Planet Fitness Ordered to Pay Total of $4 Million
As Planet Fitness, Newington, NH, considers an initial public offering, the company has been ordered to pay nearly $4 million in two recent court cases.
In the larger case, the fitness franchisor has been ordered to pay its investment advisers $3.2 million for its help in brokering the $505 million sale of Planet Fitness to a private equity firm in 2013. The other payout—$750,000—was to settle a liability lawsuit brought by a 62-year-old woman who said she was injured at one of the company’s franchised clubs because of the club’s negligence in training its personal trainers.
In the first case, a Massachusetts federal judge ruled that Planet Fitness corporate had a fiduciary duty to pay investment advisers America’s Growth Capital (AGC) for AGC’s advising role in the 2013 sale of the company, even though the eventual purchaser of the chain—TSG Consumer Partners LLC—was not specified as a target buyer in the contract Planet Fitness had signed with AGC. The judge in this case relied on documentation and testimony that Planet Fitness had encouraged AGC to pursue TSG, whether or not the company was listed as an early suitor, and that in the eventual sale of Planet Fitness to TSG, AGC would be entitled to compensation.
The court, though, awarded only half the amount of damages AGC had requested. AGC argued that it was due $6.4 million in damages, calculated as 1.33 percent of a claimed sale price of $525.8 million. Court documents set the proper damages at 0.5 percent of an actual sale price of $505 million, and awarded AGC $2.525 million plus $702,960 for prejudgment interest.
Planet Fitness is reportedly considering an IPO and declined to comment on the judge’s order in this case.
On the heels of the AGC decision, Planet Fitness also settled a $750,000 lawsuit brought by Susan Butler, a 62-year-old fitness club patron. Butler contended that during a 2009 personal training session using a Bosu ball she was “catapulted” into the air, landing on her hip and wrist and breaking both. Butler’s lawyers argued that both the gym and its personal trainer were responsible for the accident, and were not sufficiently aware of the dangers of working with the equipment.
A key issue in this case was whether Butler’s signing of a waiver against personal injury during a club workout would be considered valid. Last week a Connecticut judge ruled that it would not, and so Planet Fitness moved to settle through mediation.

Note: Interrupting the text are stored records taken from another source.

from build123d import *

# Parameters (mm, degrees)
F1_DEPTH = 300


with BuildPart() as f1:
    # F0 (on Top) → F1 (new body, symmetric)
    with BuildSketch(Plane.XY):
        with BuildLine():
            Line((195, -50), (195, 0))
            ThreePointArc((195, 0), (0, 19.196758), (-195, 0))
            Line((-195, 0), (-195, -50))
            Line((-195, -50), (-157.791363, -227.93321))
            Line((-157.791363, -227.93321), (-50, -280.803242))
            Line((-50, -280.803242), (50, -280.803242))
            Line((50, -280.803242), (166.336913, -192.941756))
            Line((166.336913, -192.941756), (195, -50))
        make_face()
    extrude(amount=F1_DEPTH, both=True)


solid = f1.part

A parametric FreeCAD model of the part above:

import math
import FreeCAD as App
import Part
import Sketcher
from FreeCAD import Vector
Q = App.Units.Quantity

doc = App.newDocument("Part")
body = doc.addObject("PartDesign::Body", "Body")

# Sketch on XY plane
sketch1 = body.newObject("Sketcher::SketchObject", "Sketch")
sketch1.AttachmentSupport = (doc.getObject("XY_Plane"), [""])
sketch1.MapMode = "FlatFace"
sketch1.addGeometry([
    Part.LineSegment(Vector(195, -50, 0), Vector(195, 0, 0)),  # 0
    Part.ArcOfCircle(Part.Circle(Vector(0, -981, 0), Vector(0, 0, 1), 1000), math.radians(79), math.radians(101)),  # 1
    Part.LineSegment(Vector(-195, 0, 0), Vector(-195, -50, 0)),  # 2
    Part.LineSegment(Vector(-195, -50, 0), Vector(-158, -228, 0)),  # 3
    Part.LineSegment(Vector(-158, -228, 0), Vector(-50, -281, 0)),  # 4
    Part.LineSegment(Vector(-50, -281, 0), Vector(50, -281, 0)),  # 5
    Part.LineSegment(Vector(50, -281, 0), Vector(166, -193, 0)),  # 6
    Part.LineSegment(Vector(166, -193, 0), Vector(195, -50, 0)),  # 7
], False)
sketch1.addConstraint([
    Sketcher.Constraint("Coincident", 0, 2, 1, 1),
    Sketcher.Constraint("Coincident", 1, 2, 2, 1),
    Sketcher.Constraint("Coincident", 2, 2, 3, 1),
    Sketcher.Constraint("Coincident", 3, 2, 4, 1),
    Sketcher.Constraint("Coincident", 4, 2, 5, 1),
    Sketcher.Constraint("Coincident", 5, 2, 6, 1),
    Sketcher.Constraint("Coincident", 6, 2, 7, 1),
    Sketcher.Constraint("Coincident", 7, 2, 0, 1),
    Sketcher.Constraint("Vertical", 0),
    Sketcher.Constraint("Vertical", 2),
    Sketcher.Constraint("Horizontal", 5),
    Sketcher.Constraint("Symmetric", 2, 2, 7, 2, -2),
    Sketcher.Constraint("PointOnObject", 1, 3, -2),
    Sketcher.Constraint("PointOnObject", 0, 2, -1),
    Sketcher.Constraint("Equal", 6, 7),
    Sketcher.Constraint("DistanceX", 5, 1, 5, 2, Q("100 mm")),
    Sketcher.Constraint("DistanceY", 0, 1, 0, 2, Q("50 mm")),
    Sketcher.Constraint("DistanceX", -1, 1, 0, 2, Q("195 mm")),
    Sketcher.Constraint("DistanceX", 4, 2, -1, 1, Q("50 mm")),
    Sketcher.Constraint("Radius", 1, Q("999.999987 mm")),
    Sketcher.Constraint("Distance", 3, Q("181.78204 mm")),
    Sketcher.Constraint("DistanceY", 3, 2, -1, 1, Q("227.93321 mm")),
    Sketcher.Constraint("DistanceY", 4, 2, -1, 1, Q("280.803242 mm")),
    Sketcher.Constraint("Distance", 6, Q("145.787236 mm")),
])
pad1 = body.newObject("PartDesign::Pad", "Pad")
pad1.Profile = sketch1
pad1.Length = 600
pad1.Midplane = True

doc.recompute()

Regarding the Butler case, a Planet Fitness spokesperson would say only that the company is “fully indemnified” by the franchisee at whose location the incident took place.
These two suits have been followed by another one filed yesterday by a woman who asserts the company violated her civil rights by allowing a transgender woman in the women’s locker room and breached her contract by not telling her that the company’s policy allows transgender people to use the locker room of their choice.
Planet Fitness Ordered to Pay Total of $4 Million in Two Court Cases.